[Extracted data Boundary: Start]

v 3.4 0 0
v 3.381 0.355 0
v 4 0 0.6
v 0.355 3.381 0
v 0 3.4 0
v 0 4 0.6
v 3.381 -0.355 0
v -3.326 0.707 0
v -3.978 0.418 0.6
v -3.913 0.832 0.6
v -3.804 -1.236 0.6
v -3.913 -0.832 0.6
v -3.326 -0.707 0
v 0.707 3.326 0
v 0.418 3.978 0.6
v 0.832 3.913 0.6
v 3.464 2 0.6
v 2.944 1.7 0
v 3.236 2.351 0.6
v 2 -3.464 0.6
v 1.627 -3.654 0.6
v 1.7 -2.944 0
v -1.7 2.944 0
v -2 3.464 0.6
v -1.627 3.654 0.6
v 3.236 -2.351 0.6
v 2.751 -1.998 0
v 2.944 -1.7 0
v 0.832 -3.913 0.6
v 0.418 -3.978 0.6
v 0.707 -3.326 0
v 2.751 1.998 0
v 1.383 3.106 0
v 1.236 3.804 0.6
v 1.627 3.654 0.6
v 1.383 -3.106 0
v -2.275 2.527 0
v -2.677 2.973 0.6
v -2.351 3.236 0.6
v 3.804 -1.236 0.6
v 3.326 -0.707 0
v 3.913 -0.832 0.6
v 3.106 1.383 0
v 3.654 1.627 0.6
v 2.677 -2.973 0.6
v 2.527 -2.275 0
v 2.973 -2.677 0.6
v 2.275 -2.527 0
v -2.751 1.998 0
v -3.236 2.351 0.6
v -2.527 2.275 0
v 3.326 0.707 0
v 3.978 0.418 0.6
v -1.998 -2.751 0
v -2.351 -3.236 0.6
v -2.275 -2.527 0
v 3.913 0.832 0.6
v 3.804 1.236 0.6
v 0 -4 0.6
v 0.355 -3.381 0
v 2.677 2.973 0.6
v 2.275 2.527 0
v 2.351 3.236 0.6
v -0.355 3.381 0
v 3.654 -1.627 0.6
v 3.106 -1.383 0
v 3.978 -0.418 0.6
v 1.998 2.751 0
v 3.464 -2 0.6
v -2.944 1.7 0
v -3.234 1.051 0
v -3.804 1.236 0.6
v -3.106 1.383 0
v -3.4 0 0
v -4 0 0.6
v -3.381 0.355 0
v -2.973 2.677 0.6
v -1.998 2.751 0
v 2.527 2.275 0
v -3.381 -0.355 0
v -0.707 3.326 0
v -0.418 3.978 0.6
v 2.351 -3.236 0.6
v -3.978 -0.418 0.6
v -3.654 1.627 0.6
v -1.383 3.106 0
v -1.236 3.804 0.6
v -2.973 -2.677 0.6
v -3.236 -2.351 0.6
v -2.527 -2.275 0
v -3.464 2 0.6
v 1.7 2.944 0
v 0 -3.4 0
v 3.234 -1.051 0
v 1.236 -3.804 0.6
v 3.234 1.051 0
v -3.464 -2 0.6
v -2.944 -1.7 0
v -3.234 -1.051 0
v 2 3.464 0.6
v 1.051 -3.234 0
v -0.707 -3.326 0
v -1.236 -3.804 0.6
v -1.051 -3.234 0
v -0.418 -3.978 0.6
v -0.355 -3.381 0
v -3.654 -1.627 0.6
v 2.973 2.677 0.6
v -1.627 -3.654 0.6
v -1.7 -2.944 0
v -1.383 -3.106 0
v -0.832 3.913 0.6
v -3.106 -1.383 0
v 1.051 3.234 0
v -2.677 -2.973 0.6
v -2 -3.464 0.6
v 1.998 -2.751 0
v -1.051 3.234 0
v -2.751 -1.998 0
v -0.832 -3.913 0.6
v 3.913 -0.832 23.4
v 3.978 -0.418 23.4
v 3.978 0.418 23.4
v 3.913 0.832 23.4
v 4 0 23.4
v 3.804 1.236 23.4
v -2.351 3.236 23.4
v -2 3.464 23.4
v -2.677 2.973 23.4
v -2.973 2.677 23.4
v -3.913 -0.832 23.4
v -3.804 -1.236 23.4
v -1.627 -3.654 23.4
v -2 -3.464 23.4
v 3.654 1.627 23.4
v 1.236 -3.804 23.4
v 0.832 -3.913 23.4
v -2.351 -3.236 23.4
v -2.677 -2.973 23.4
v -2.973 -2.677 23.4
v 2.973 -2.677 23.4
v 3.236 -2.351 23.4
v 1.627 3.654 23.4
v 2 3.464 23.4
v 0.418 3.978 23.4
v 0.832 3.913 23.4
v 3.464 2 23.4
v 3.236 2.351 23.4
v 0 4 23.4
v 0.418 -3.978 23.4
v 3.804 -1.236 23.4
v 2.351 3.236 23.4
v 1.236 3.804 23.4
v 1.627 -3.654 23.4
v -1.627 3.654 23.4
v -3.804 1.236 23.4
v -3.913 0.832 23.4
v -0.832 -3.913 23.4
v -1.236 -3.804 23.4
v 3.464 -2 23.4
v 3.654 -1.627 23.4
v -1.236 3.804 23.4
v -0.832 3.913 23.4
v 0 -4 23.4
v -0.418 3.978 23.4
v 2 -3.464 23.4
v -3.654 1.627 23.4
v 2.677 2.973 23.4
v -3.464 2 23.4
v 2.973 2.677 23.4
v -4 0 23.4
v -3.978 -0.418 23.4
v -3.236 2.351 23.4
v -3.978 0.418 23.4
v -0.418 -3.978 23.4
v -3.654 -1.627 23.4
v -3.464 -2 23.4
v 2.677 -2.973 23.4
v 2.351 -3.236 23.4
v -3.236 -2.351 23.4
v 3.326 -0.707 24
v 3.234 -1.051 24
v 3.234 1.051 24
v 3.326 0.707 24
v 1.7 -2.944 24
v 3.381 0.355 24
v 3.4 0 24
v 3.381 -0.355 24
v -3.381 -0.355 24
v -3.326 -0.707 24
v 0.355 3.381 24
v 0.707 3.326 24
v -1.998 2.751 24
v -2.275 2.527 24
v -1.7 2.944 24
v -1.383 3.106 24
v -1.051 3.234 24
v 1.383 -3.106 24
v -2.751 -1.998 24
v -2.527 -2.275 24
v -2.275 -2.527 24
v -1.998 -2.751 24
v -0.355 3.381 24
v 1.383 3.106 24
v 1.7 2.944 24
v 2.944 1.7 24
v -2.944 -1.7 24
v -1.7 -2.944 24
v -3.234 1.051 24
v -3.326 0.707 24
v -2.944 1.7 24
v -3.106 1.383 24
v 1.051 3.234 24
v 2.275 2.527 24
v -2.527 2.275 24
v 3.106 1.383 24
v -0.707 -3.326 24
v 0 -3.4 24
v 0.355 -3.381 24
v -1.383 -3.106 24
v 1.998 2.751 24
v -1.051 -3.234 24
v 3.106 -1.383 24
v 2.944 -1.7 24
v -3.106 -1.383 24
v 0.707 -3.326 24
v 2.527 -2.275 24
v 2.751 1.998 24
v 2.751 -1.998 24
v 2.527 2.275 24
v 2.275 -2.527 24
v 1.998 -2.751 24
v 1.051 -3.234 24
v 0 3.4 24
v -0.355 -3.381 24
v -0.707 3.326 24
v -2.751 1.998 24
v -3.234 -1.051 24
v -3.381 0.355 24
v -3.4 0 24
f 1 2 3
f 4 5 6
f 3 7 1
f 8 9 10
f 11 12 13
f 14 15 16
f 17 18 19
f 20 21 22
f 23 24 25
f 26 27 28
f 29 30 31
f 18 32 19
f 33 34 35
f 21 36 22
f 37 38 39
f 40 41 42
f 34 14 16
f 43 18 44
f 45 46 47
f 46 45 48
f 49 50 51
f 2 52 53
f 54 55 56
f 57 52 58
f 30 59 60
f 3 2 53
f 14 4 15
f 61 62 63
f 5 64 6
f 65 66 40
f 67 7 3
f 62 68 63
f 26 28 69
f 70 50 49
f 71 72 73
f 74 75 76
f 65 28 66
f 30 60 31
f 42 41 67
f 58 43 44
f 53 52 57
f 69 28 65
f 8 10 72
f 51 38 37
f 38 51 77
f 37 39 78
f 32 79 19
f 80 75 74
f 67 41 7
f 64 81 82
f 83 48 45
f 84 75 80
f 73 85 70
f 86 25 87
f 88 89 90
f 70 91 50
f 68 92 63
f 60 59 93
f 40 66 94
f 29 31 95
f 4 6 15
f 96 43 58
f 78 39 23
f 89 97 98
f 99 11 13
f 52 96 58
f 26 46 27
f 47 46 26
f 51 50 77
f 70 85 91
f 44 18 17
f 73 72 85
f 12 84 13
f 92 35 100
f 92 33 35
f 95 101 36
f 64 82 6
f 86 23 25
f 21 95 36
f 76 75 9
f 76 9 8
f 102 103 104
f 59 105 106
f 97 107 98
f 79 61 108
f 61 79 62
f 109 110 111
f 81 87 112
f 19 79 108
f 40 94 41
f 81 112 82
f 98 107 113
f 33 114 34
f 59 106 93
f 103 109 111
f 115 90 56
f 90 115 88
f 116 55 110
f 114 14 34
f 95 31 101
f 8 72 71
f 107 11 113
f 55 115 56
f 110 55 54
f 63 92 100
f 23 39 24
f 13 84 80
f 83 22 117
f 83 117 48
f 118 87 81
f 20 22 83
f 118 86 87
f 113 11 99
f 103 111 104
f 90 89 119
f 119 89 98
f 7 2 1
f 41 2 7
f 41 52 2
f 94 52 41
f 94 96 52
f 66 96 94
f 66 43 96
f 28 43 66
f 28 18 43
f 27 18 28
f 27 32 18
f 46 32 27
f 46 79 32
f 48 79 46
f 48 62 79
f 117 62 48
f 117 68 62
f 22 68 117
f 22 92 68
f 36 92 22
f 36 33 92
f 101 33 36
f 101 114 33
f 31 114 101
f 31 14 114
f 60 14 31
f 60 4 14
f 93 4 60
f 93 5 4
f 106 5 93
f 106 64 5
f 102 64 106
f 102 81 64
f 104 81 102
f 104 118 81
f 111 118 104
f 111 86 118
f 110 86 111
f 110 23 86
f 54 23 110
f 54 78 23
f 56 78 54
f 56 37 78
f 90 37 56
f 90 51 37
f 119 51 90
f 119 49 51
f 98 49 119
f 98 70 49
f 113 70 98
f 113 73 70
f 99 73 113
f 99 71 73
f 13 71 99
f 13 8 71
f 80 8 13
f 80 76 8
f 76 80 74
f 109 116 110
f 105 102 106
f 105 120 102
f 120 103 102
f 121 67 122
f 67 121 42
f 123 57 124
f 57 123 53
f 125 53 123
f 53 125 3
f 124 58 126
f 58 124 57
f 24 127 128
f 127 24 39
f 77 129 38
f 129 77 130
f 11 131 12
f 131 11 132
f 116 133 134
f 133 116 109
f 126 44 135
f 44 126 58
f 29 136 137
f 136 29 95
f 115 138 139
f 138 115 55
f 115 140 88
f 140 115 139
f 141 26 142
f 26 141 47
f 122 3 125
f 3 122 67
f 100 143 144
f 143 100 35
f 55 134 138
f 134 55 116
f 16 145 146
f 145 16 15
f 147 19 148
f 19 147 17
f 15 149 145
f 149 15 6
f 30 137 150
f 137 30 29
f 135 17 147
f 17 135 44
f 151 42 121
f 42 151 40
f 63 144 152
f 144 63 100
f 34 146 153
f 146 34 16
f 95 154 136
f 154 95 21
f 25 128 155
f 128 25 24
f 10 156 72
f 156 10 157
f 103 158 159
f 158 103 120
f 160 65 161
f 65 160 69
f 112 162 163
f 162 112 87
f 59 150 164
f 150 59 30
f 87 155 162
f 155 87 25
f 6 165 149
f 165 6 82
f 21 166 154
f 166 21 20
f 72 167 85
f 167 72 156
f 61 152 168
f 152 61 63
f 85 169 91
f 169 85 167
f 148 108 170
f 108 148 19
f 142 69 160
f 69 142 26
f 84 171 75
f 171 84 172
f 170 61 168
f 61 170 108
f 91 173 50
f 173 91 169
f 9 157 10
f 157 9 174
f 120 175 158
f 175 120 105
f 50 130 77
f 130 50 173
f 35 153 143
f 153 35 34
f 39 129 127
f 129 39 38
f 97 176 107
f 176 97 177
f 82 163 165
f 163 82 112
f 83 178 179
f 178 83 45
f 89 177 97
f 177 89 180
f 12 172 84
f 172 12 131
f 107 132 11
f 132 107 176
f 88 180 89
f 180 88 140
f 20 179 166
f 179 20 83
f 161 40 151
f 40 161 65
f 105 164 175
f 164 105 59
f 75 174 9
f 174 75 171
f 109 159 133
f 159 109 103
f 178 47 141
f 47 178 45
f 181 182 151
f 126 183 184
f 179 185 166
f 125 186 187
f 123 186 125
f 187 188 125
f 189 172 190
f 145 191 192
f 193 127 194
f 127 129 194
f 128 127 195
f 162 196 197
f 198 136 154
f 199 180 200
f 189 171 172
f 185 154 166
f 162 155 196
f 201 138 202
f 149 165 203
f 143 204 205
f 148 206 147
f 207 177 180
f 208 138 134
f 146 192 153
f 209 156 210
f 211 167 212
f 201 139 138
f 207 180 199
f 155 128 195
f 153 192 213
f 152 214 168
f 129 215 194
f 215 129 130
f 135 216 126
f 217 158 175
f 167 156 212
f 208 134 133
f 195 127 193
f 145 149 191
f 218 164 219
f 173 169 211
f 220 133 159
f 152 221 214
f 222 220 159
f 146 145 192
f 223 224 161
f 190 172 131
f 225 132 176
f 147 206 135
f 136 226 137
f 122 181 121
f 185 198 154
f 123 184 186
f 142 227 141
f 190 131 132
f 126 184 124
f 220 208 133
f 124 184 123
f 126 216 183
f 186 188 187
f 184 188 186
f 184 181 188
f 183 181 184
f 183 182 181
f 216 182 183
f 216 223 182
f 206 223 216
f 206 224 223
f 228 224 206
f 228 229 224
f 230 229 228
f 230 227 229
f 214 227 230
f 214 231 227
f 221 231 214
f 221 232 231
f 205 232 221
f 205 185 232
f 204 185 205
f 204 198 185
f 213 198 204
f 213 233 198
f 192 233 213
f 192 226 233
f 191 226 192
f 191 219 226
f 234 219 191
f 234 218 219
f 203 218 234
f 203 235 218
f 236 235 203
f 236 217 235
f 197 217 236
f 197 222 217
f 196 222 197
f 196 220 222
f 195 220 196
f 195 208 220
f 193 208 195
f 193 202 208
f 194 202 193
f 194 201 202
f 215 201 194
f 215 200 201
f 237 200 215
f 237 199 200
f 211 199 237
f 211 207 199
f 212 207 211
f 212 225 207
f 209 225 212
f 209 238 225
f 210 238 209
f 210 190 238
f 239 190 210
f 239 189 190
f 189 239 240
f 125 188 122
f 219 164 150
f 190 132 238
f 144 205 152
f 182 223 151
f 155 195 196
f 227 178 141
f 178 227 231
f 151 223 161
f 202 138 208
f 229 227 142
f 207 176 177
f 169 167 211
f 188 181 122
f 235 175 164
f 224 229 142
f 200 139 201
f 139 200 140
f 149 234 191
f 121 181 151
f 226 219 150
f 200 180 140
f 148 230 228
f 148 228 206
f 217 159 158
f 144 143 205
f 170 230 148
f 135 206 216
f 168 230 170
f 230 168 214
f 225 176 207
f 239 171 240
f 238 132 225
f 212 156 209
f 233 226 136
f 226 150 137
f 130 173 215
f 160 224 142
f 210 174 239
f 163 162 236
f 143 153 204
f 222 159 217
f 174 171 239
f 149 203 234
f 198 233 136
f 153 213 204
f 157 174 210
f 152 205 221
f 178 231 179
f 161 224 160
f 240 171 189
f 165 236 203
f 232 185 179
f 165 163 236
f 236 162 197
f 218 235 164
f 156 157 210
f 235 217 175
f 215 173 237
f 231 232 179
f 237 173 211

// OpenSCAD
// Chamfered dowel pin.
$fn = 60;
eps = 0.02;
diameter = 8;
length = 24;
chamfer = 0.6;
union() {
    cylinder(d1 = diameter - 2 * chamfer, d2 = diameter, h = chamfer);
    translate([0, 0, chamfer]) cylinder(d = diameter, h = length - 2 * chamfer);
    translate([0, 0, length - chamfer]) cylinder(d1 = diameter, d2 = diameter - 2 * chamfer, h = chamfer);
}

[Extracted data Boundary: End]

== Action item ==
Begin with the first line of the records and finish with the line containing "v 2.677 2.973 0.6". Reproduce those lines exactly, both ends included, and nothing else.

== Output of the task ==
v 3.4 0 0
v 3.381 0.355 0
v 4 0 0.6
v 0.355 3.381 0
v 0 3.4 0
v 0 4 0.6
v 3.381 -0.355 0
v -3.326 0.707 0
v -3.978 0.418 0.6
v -3.913 0.832 0.6
v -3.804 -1.236 0.6
v -3.913 -0.832 0.6
v -3.326 -0.707 0
v 0.707 3.326 0
v 0.418 3.978 0.6
v 0.832 3.913 0.6
v 3.464 2 0.6
v 2.944 1.7 0
v 3.236 2.351 0.6
v 2 -3.464 0.6
v 1.627 -3.654 0.6
v 1.7 -2.944 0
v -1.7 2.944 0
v -2 3.464 0.6
v -1.627 3.654 0.6
v 3.236 -2.351 0.6
v 2.751 -1.998 0
v 2.944 -1.7 0
v 0.832 -3.913 0.6
v 0.418 -3.978 0.6
v 0.707 -3.326 0
v 2.751 1.998 0
v 1.383 3.106 0
v 1.236 3.804 0.6
v 1.627 3.654 0.6
v 1.383 -3.106 0
v -2.275 2.527 0
v -2.677 2.973 0.6
v -2.351 3.236 0.6
v 3.804 -1.236 0.6
v 3.326 -0.707 0
v 3.913 -0.832 0.6
v 3.106 1.383 0
v 3.654 1.627 0.6
v 2.677 -2.973 0.6
v 2.527 -2.275 0
v 2.973 -2.677 0.6
v 2.275 -2.527 0
v -2.751 1.998 0
v -3.236 2.351 0.6
v -2.527 2.275 0
v 3.326 0.707 0
v 3.978 0.418 0.6
v -1.998 -2.751 0
v -2.351 -3.236 0.6
v -2.275 -2.527 0
v 3.913 0.832 0.6
v 3.804 1.236 0.6
v 0 -4 0.6
v 0.355 -3.381 0
v 2.677 2.973 0.6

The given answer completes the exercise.